Skip to content

Replication

v8 banner

This page describes the v1--v4 reduced-form pipeline (scripts/00_master.R). The JPubE submission-ready v8 structural pipeline lives in v7-jpube-tight/scripts/ (canonical BNE simulation 45_bne_simulation.R) and v8-jpube/scripts/ (empirical bidder-count robustness 46_bne_empirical_counts.R). See v8-jpube/manuscript/paper_v8.tex for the canonical paper. Replication materials with code, generated tables, figures, and non-confidential derived outputs are described in the Data availability section of the manuscript; raw BEC administrative records are not publicly redistributable under the research-access agreement.

Requirements

Component Version
R 4.5+
fixest 0.12+
data.table 1.15+
arrow 14+
ggplot2 3.5+
scales 1.3+
grf 2.3+
quantreg 5.98+
gridExtra 2.3+

Data

The primary dataset is administrative data from BEC (Bolsa Eletronica de Compras), the electronic procurement platform for the state of Sao Paulo. The data contains 373 columns covering all standardized goods procurement from January 2016 to December 2019.

Data access

The raw data files are not publicly available due to confidentiality agreements.
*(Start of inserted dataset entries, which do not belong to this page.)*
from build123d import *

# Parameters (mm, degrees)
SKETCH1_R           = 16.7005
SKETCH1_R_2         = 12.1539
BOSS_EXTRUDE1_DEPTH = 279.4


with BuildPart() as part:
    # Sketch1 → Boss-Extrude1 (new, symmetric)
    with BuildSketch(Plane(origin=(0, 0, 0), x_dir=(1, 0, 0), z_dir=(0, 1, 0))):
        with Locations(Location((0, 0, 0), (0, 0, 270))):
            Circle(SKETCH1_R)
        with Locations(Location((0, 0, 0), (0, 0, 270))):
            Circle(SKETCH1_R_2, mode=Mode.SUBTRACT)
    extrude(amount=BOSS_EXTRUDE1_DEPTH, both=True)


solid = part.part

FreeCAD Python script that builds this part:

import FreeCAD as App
import Part
import Sketcher
from FreeCAD import Vector
Q = App.Units.Quantity

doc = App.newDocument("Part")
params = doc.addObject("Spreadsheet::Sheet", "Params")
for row, (alias, value) in enumerate([
    ("sketch1_diameter", "1.315 in"),
    ("sketch1_diameter2", "0.957 in"),
    ("pad1_length", "22 in"),
], start=1):
    params.set(f"A{row}", alias)
    params.set(f"B{row}", "=" + value)
    params.setAlias(f"B{row}", alias)

body = doc.addObject("PartDesign::Body", "Body")

# Sketch on XZ plane
sketch1 = body.newObject("Sketcher::SketchObject", "Sketch")
sketch1.AttachmentSupport = (doc.getObject("XZ_Plane"), [""])
sketch1.MapMode = "FlatFace"
sketch1.addGeometry(Part.Circle(Vector(0, 0, 0), Vector(0, 0, 1), 17), False)
sketch1.addGeometry(Part.Circle(Vector(0, 0, 0), Vector(0, 0, 1), 12), False)
sketch1.addConstraint(Sketcher.Constraint("Coincident", 0, 3, -1, 1))
sketch1.addConstraint(Sketcher.Constraint("Coincident", 1, 3, -1, 1))
sketch1.addConstraint(Sketcher.Constraint("Diameter", 0, Q("1.315 in")))
sketch1.addConstraint(Sketcher.Constraint("Diameter", 1, Q("0.957 in")))
sketch1.setExpression("Constraints[2]", "Params.sketch1_diameter")
sketch1.setExpression("Constraints[3]", "Params.sketch1_diameter2")
pad1 = body.newObject("PartDesign::Pad", "Pad")
pad1.Profile = sketch1
pad1.setExpression("Length", "Params.pad1_length")
pad1.Midplane = True

doc.recompute()
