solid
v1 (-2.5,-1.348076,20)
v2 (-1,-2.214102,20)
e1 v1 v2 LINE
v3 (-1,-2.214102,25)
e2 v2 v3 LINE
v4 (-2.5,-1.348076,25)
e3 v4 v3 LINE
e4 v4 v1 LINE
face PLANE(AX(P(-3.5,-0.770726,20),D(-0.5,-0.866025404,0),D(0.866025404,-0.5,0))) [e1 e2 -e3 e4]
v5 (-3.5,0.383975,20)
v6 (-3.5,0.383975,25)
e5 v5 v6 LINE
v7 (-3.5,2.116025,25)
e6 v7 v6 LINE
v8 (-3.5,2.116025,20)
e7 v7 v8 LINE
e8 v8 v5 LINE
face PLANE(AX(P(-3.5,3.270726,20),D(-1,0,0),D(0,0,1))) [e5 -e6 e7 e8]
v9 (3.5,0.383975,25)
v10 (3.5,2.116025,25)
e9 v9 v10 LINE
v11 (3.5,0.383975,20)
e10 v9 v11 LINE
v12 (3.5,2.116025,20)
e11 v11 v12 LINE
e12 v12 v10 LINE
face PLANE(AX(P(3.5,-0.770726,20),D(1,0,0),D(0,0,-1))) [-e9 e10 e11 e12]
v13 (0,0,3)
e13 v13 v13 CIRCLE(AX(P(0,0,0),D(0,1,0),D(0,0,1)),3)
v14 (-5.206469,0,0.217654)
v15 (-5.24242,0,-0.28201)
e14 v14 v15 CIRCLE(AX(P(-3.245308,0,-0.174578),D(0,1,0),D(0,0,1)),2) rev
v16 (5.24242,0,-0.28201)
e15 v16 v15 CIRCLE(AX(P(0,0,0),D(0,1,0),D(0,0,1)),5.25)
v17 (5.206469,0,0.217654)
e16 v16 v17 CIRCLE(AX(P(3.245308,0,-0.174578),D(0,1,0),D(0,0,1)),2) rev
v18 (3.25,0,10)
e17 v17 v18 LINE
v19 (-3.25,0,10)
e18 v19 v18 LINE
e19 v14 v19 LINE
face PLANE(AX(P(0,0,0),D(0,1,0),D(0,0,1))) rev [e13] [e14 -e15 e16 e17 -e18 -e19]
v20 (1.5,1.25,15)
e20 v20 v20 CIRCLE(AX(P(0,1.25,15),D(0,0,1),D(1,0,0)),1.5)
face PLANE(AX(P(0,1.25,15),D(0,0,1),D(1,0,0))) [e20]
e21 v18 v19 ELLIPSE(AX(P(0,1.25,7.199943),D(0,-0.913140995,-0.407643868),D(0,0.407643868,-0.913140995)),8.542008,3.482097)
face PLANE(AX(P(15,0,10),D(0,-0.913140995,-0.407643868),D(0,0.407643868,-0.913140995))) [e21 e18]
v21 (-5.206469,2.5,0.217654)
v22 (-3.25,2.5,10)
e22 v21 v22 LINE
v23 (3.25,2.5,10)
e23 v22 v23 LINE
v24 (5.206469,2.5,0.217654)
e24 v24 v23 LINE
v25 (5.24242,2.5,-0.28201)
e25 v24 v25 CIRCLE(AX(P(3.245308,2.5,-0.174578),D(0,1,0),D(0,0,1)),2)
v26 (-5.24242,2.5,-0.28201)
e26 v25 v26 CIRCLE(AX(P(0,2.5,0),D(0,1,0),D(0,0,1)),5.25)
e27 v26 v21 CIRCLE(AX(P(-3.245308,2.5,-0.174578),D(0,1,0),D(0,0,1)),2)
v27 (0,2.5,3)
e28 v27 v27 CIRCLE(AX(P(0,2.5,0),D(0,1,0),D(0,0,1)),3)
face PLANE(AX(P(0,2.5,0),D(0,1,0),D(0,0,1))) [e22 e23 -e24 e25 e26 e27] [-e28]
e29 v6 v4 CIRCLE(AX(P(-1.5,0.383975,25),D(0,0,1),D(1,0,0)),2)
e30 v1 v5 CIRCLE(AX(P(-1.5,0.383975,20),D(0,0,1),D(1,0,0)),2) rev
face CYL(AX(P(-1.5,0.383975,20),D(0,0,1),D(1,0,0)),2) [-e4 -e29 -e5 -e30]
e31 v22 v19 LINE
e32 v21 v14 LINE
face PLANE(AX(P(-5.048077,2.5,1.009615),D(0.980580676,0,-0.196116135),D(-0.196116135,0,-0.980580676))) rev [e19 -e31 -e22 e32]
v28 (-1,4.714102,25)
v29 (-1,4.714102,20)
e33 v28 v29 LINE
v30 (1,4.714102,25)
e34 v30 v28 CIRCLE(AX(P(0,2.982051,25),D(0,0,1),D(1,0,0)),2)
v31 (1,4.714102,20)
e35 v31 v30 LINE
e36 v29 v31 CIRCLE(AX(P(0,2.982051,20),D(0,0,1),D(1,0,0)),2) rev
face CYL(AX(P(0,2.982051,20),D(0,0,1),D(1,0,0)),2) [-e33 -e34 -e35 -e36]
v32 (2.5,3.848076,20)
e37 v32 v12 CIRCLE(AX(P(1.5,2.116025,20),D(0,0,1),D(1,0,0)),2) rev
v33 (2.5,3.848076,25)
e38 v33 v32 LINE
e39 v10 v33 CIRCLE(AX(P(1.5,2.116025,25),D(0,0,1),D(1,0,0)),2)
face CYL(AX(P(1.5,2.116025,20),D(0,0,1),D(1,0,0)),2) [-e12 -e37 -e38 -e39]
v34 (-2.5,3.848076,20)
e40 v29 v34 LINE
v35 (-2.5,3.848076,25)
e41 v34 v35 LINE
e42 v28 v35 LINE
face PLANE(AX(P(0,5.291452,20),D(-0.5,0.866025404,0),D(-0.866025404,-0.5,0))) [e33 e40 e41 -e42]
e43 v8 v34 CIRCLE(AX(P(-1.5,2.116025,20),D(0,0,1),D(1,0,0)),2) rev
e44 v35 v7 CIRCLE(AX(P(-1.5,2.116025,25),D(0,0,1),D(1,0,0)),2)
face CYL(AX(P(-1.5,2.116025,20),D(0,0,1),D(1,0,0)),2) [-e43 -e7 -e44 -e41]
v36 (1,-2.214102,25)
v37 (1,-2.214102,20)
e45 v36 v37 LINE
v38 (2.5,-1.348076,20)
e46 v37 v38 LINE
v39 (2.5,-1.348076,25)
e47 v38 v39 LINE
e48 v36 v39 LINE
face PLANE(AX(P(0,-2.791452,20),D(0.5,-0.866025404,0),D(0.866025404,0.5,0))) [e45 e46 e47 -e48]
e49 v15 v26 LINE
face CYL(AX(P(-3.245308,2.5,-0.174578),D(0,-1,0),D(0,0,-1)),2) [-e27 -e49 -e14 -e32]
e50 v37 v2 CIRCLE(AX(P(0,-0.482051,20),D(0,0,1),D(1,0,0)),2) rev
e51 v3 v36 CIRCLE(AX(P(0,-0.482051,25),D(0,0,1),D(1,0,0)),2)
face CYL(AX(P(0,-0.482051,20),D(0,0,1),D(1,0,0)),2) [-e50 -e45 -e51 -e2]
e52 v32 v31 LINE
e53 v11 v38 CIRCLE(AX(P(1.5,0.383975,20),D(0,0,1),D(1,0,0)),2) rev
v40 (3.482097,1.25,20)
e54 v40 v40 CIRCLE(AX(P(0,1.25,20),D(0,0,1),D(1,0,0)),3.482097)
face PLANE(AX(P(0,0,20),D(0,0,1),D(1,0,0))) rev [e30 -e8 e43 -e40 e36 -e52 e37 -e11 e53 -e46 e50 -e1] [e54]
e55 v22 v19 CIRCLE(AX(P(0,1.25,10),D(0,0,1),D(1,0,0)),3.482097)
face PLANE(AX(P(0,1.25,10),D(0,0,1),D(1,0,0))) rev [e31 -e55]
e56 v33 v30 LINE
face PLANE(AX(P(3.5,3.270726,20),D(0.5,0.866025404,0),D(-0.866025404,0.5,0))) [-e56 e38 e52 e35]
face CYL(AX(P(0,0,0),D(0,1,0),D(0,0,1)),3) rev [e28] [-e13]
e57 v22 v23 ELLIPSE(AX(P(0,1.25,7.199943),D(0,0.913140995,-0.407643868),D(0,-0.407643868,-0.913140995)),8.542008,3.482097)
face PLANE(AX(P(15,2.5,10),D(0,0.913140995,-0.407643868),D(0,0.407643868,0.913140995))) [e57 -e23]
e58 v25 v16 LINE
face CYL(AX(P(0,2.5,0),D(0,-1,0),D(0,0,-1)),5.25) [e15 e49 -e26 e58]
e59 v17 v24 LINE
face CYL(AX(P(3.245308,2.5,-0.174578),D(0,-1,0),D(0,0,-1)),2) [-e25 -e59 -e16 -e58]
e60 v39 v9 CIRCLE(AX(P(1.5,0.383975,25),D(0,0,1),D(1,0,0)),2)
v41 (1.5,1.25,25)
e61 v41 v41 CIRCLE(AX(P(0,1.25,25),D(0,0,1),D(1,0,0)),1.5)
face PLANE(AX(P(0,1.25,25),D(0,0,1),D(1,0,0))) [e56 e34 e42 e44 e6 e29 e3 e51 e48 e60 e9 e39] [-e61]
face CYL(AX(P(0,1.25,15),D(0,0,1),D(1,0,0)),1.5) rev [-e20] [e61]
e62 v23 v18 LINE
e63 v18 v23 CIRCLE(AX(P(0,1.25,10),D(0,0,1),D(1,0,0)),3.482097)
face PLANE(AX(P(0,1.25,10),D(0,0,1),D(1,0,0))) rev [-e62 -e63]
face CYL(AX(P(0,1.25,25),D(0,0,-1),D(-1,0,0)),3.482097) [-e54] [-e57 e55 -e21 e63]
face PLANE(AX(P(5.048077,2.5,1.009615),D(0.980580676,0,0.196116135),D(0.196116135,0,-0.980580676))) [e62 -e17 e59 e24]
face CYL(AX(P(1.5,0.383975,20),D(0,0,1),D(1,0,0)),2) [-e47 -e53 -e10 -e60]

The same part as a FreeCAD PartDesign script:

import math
import FreeCAD as App
import Part
import Sketcher
from FreeCAD import Vector
Q = App.Units.Quantity


def edges_at(feature, points):
    """Names of the edges that pass closest to the given points."""
    edges = feature.Shape.Edges
    near = lambda p: min(range(len(edges)), key=lambda i: edges[i].distToShape(Part.Vertex(*p))[0])
    return sorted({f"Edge{near(p) + 1}" for p in points})

doc = App.newDocument("Part")
body = doc.addObject("PartDesign::Body", "Body")

sketch1 = body.newObject("Sketcher::SketchObject", "Sketch")
sketch1.AttachmentSupport = (doc.getObject("XZ_Plane"), [""])
sketch1.MapMode = "FlatFace"
sketch1.addGeometry(Part.ArcOfCircle(Part.Circle(Vector(0, 0, 0), Vector(0, 0, 1), 5), math.radians(180), math.radians(360)), False)
sketch1.addGeometry(Part.LineSegment(Vector(-5, 0, 0), Vector(-3, 10, 0)), False)
sketch1.addGeometry(Part.LineSegment(Vector(-3, 10, 0), Vector(3, 10, 0)), False)
sketch1.addGeometry(Part.LineSegment(Vector(3, 10, 0), Vector(5, 0, 0)), False)
sketch1.addConstraint(Sketcher.Constraint("Coincident", 0, 1, 1, 1))
sketch1.addConstraint(Sketcher.Constraint("Coincident", 1, 2, 2, 1))
sketch1.addConstraint(Sketcher.Constraint("Coincident", 2, 2, 3, 1))
sketch1.addConstraint(Sketcher.Constraint("Coincident", 3, 2, 0, 2))
sketch1.addConstraint(Sketcher.Constraint("Horizontal", 2))
sketch1.addConstraint(Sketcher.Constraint("Coincident", 0, 3, -1, 1))
sketch1.addConstraint(Sketcher.Constraint("PointOnObject", 0, 1, -1))
sketch1.addConstraint(Sketcher.Constraint("PointOnObject", 3, 2, -1))
sketch1.addConstraint(Sketcher.Constraint("Equal", 1, 3))
sketch1.addConstraint(Sketcher.Constraint("Radius", 0, Q("5.25 mm")))
sketch1.addConstraint(Sketcher.Constraint("DistanceX", 2, 1, 2, 2, Q("6.5 mm")))
sketch1.addConstraint(Sketcher.Constraint("DistanceY", -1, 1, 1, 2, Q("10 mm")))
pad1 = body.newObject("PartDesign::Pad", "Pad")
pad1.Profile = sketch1
pad1.Length = 2.5
pad1.Reversed = True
Researchers interested in replication should contact the authors directly.

Pipeline

The full analysis pipeline runs from a single master script:

# From the project root directory
Rscript scripts/00_master.R

This executes the following scripts in sequence, each as a separate R subprocess:

Script Purpose Duration
01_clean.R CSV to parquet conversion, variable creation ~5 min (first run)
02_analysis.R 24 DiDiR regressions + 4 event studies ~30 sec
05_robustness.R Placebo, alt. clustering, winsorization, permutation ~45 sec
06_extensions.R Real prices, extensive margin, efficiency, heterogeneity ~30 sec
07_advanced.R HonestDiD, Lee bounds, causal forest, quantile DiD, Gelbach ~3 min
03_tables.R 18 LaTeX tables ~5 sec
04_figures.R 15 PDF figures ~10 sec

Output Structure

output/
├── tables/           # 18 .tex files (threeparttable + booktabs)
│   ├── tab_desc_stats.tex
│   ├── tab_prices.tex
│   ├── tab_participants.tex
│   ├── tab_validbids.tex
│   ├── tab_distance.tex
│   ├── tab_placebo.tex
│   ├── tab_altcluster.tex
│   ├── tab_winsorize.tex
│   ├── tab_prices_real.tex
│   ├── tab_extensive.tex
│   ├── tab_efficiency.tex
│   ├── tab_sme_winner.tex
│   ├── tab_heterog_pbu.tex
│   ├── tab_heterog_value.tex
│   ├── tab_lee_bounds.tex
│   ├── tab_cforest.tex
│   ├── tab_quantile_did.tex
│   └── tab_mediation.tex
└── figures/          # 15 .pdf files (grayscale, cairo)
    ├── fig_01_logprices_es.pdf
    ├── fig_02_distance_es.pdf
    ├── fig_03_numfirms_es.pdf
    ├── fig_04_numbids_es.pdf
    ├── fig_05_trends_prices.pdf
    ├── fig_06_trends_firms.pdf
    ├── fig_07_trends_bids.pdf
    ├── fig_08_trends_distance.pdf
    ├── fig_09_permutation.pdf
    ├── fig_10_sme_share.pdf
    ├── fig_11_honestdid.pdf
    ├── fig_12_cforest_varimp.pdf
    ├── fig_13_cforest_gate.pdf
    ├── fig_14_quantile_did.pdf
    └── fig_15_mediation.pdf

Manuscript Compilation

cd manuscript
pdflatex main.tex
bibtex main
pdflatex main.tex
pdflatex main.tex

Technical Notes

  • Memory management: Each pipeline script runs as a separate R subprocess to prevent OOM on systems with 15 GB RAM. The fixest lean estimation mode (setFixest_estimation(lean = TRUE)) reduces model storage from ~4 GB to ~2.5 MB.

  • Parquet cache: The first run reads the 6.4 GB CSV file and creates a parquet cache (~73 columns). Subsequent runs load directly from parquet (~5 seconds vs. ~5 minutes).

  • Thread configuration: Both fixest and data.table use 16 threads by default. Adjust in scripts/utils.R if running on a machine with fewer cores.